═════ INPUT DATA ═════

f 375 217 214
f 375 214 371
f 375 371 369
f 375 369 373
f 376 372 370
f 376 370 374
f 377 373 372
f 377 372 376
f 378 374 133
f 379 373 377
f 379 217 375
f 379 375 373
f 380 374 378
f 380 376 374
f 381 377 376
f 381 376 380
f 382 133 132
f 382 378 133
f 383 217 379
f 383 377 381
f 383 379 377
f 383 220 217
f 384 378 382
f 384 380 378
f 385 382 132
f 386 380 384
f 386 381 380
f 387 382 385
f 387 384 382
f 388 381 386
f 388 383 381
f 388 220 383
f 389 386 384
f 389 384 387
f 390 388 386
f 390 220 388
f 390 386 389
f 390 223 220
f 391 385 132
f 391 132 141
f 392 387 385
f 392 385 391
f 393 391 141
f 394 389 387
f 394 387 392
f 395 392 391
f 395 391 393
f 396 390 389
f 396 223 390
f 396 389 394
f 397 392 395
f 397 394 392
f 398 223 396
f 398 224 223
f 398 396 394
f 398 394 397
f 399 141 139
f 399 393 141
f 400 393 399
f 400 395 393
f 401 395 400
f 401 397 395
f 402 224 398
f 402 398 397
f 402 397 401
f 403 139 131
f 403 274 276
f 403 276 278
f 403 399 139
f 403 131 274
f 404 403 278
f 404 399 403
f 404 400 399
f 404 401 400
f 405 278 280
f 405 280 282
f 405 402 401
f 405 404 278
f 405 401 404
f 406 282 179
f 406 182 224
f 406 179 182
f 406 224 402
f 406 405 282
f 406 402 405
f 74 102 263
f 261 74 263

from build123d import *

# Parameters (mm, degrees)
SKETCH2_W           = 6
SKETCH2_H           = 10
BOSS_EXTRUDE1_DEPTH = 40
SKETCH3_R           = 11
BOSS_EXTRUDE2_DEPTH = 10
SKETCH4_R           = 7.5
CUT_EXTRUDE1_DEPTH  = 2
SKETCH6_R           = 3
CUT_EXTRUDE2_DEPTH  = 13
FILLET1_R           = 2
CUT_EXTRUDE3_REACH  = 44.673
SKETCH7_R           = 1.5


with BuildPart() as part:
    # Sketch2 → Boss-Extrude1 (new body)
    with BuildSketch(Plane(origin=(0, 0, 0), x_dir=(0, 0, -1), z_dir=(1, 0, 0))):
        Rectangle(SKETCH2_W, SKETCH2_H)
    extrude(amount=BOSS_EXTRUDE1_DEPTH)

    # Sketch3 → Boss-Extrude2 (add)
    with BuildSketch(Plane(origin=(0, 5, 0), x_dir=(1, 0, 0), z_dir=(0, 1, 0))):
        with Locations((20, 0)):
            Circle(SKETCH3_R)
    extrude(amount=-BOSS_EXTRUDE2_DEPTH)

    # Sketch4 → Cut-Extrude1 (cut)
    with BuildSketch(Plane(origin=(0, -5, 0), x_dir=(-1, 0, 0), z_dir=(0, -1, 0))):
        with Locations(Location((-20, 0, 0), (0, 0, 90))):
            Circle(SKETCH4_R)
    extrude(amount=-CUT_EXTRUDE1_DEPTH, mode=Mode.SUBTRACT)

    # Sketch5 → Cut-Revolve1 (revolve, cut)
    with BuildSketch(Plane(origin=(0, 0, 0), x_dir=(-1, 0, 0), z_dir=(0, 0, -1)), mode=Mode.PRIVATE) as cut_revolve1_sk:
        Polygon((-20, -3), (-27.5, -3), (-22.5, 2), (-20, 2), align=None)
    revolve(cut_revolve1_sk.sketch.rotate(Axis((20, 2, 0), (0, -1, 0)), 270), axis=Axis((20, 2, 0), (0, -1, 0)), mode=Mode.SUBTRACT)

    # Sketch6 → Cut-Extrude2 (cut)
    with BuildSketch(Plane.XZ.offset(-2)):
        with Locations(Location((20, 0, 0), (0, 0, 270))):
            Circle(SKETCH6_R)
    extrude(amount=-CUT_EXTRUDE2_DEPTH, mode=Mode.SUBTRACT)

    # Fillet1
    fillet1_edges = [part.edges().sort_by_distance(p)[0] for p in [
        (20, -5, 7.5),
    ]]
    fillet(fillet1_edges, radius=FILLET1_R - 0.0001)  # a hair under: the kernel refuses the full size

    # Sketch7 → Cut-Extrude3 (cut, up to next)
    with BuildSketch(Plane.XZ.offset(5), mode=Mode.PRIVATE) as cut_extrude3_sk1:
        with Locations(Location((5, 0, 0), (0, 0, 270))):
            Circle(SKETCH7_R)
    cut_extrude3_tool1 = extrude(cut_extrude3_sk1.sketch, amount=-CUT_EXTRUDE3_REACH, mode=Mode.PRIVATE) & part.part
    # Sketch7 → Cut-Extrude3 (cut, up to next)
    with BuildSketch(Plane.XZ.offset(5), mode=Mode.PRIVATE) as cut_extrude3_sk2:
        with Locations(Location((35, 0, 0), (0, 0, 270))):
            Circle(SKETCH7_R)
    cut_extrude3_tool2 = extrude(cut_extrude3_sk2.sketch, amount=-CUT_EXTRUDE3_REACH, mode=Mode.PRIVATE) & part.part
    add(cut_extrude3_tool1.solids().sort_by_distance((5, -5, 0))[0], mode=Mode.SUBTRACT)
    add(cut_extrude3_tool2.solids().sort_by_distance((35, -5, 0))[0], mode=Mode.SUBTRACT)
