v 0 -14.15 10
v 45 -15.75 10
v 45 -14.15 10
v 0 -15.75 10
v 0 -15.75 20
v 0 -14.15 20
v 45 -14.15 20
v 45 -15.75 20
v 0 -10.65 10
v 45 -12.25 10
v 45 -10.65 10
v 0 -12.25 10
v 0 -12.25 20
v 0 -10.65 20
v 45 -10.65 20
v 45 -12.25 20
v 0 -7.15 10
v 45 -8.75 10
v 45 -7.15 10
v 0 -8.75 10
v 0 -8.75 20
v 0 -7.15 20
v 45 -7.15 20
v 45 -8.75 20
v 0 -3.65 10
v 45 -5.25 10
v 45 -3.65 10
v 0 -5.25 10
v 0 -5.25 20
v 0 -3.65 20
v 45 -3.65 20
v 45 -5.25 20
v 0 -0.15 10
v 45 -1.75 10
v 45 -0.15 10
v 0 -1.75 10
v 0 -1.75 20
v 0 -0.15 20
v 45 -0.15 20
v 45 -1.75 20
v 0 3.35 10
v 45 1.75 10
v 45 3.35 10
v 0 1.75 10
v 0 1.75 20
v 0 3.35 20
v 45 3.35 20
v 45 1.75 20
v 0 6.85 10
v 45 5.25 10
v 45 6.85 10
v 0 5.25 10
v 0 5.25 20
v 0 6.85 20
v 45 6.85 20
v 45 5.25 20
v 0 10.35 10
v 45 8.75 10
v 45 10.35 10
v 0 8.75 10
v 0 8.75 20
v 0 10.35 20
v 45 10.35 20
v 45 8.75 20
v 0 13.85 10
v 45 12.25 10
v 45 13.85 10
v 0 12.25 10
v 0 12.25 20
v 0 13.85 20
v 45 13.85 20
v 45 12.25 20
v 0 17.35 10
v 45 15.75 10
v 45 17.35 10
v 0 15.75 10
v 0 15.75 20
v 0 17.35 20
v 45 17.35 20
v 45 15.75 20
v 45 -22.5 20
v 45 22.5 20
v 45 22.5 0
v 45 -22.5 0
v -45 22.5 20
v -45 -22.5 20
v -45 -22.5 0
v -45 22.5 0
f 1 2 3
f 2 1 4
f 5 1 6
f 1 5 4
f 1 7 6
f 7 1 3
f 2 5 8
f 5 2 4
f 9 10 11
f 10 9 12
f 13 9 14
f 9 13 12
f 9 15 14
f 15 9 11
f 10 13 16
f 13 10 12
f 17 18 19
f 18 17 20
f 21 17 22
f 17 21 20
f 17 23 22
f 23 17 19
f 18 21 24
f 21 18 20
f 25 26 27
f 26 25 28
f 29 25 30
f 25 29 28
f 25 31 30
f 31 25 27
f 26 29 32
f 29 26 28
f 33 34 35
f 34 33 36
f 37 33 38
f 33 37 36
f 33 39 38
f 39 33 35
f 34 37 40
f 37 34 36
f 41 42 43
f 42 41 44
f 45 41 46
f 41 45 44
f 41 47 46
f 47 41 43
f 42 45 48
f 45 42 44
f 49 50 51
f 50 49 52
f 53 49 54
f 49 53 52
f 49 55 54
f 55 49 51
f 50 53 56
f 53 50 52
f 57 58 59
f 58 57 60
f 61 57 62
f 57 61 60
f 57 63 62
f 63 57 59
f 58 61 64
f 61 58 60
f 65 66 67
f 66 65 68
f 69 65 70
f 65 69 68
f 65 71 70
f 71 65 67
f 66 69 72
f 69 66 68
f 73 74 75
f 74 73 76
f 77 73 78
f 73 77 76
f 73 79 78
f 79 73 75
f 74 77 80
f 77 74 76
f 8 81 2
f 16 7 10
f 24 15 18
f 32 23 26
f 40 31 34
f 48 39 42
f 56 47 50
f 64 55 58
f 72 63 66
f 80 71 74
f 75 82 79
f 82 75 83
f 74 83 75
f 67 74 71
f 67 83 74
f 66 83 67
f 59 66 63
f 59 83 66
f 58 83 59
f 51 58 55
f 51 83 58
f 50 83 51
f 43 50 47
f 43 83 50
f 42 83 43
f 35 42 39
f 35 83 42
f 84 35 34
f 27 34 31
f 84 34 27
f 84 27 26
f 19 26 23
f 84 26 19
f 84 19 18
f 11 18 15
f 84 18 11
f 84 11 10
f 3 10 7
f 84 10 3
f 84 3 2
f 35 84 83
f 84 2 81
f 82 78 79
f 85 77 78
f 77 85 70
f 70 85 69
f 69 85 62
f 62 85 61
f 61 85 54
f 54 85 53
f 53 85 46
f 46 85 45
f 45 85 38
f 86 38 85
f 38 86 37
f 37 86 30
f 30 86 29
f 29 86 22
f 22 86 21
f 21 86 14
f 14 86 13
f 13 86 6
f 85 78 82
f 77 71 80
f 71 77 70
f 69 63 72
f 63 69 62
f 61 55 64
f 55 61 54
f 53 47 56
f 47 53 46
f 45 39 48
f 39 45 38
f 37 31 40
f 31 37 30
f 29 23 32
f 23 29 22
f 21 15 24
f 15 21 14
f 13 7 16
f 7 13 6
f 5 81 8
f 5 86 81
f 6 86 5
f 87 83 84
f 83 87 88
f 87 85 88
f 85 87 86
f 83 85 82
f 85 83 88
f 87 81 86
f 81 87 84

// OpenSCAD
// Slide drying rack - holds 10 microscope slides standing upright on their long edge
// Print orientation: base block on the bed, slots open upward (+Z)

// ---------------- Parameters ----------------
base_len    = 90;    // block length along X (mm)
base_wid    = 45;    // block width along Y (mm)
base_ht     = 20;    // block height along Z (mm)

slot_len    = 77;    // slot length along X (mm)
slot_wid    = 1.6;   // slot width along Y (mm)
slot_depth  = 10;    // slot depth from top face (mm)

slot_count  = 10;    // number of slots
slot_pitch  = 3.5;   // centre-to-centre spacing of slots in Y (mm)

eps         = 0.5;   // overcut so cutters pass through the top face (mm)

// Derived
first_y = -(slot_count - 1) * slot_pitch / 2;  // Y of first slot, groups centred on block

// ---------------- Model ----------------
difference() {
    // Base block, centred in X/Y, sitting on z = 0
    translate([-base_len / 2, -base_wid / 2, 0])
        cube([base_len, base_wid, base_ht]);

    // Slots, open at the top
    for (i = [0 : slot_count - 1]) {
        translate([0, first_y + i * slot_pitch, base_ht - slot_depth])
            cube([slot_len, slot_wid, slot_depth + eps]);
    }
}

═════

Some lines above contain the word "offset". Copy each of them.

    with BuildSketch(Plane.XZ.offset(-2)):
    with BuildSketch(Plane.XZ.offset(5), mode=Mode.PRIVATE) as cut_extrude3_sk1:
    with BuildSketch(Plane.XZ.offset(5), mode=Mode.PRIVATE) as cut_extrude3_sk2:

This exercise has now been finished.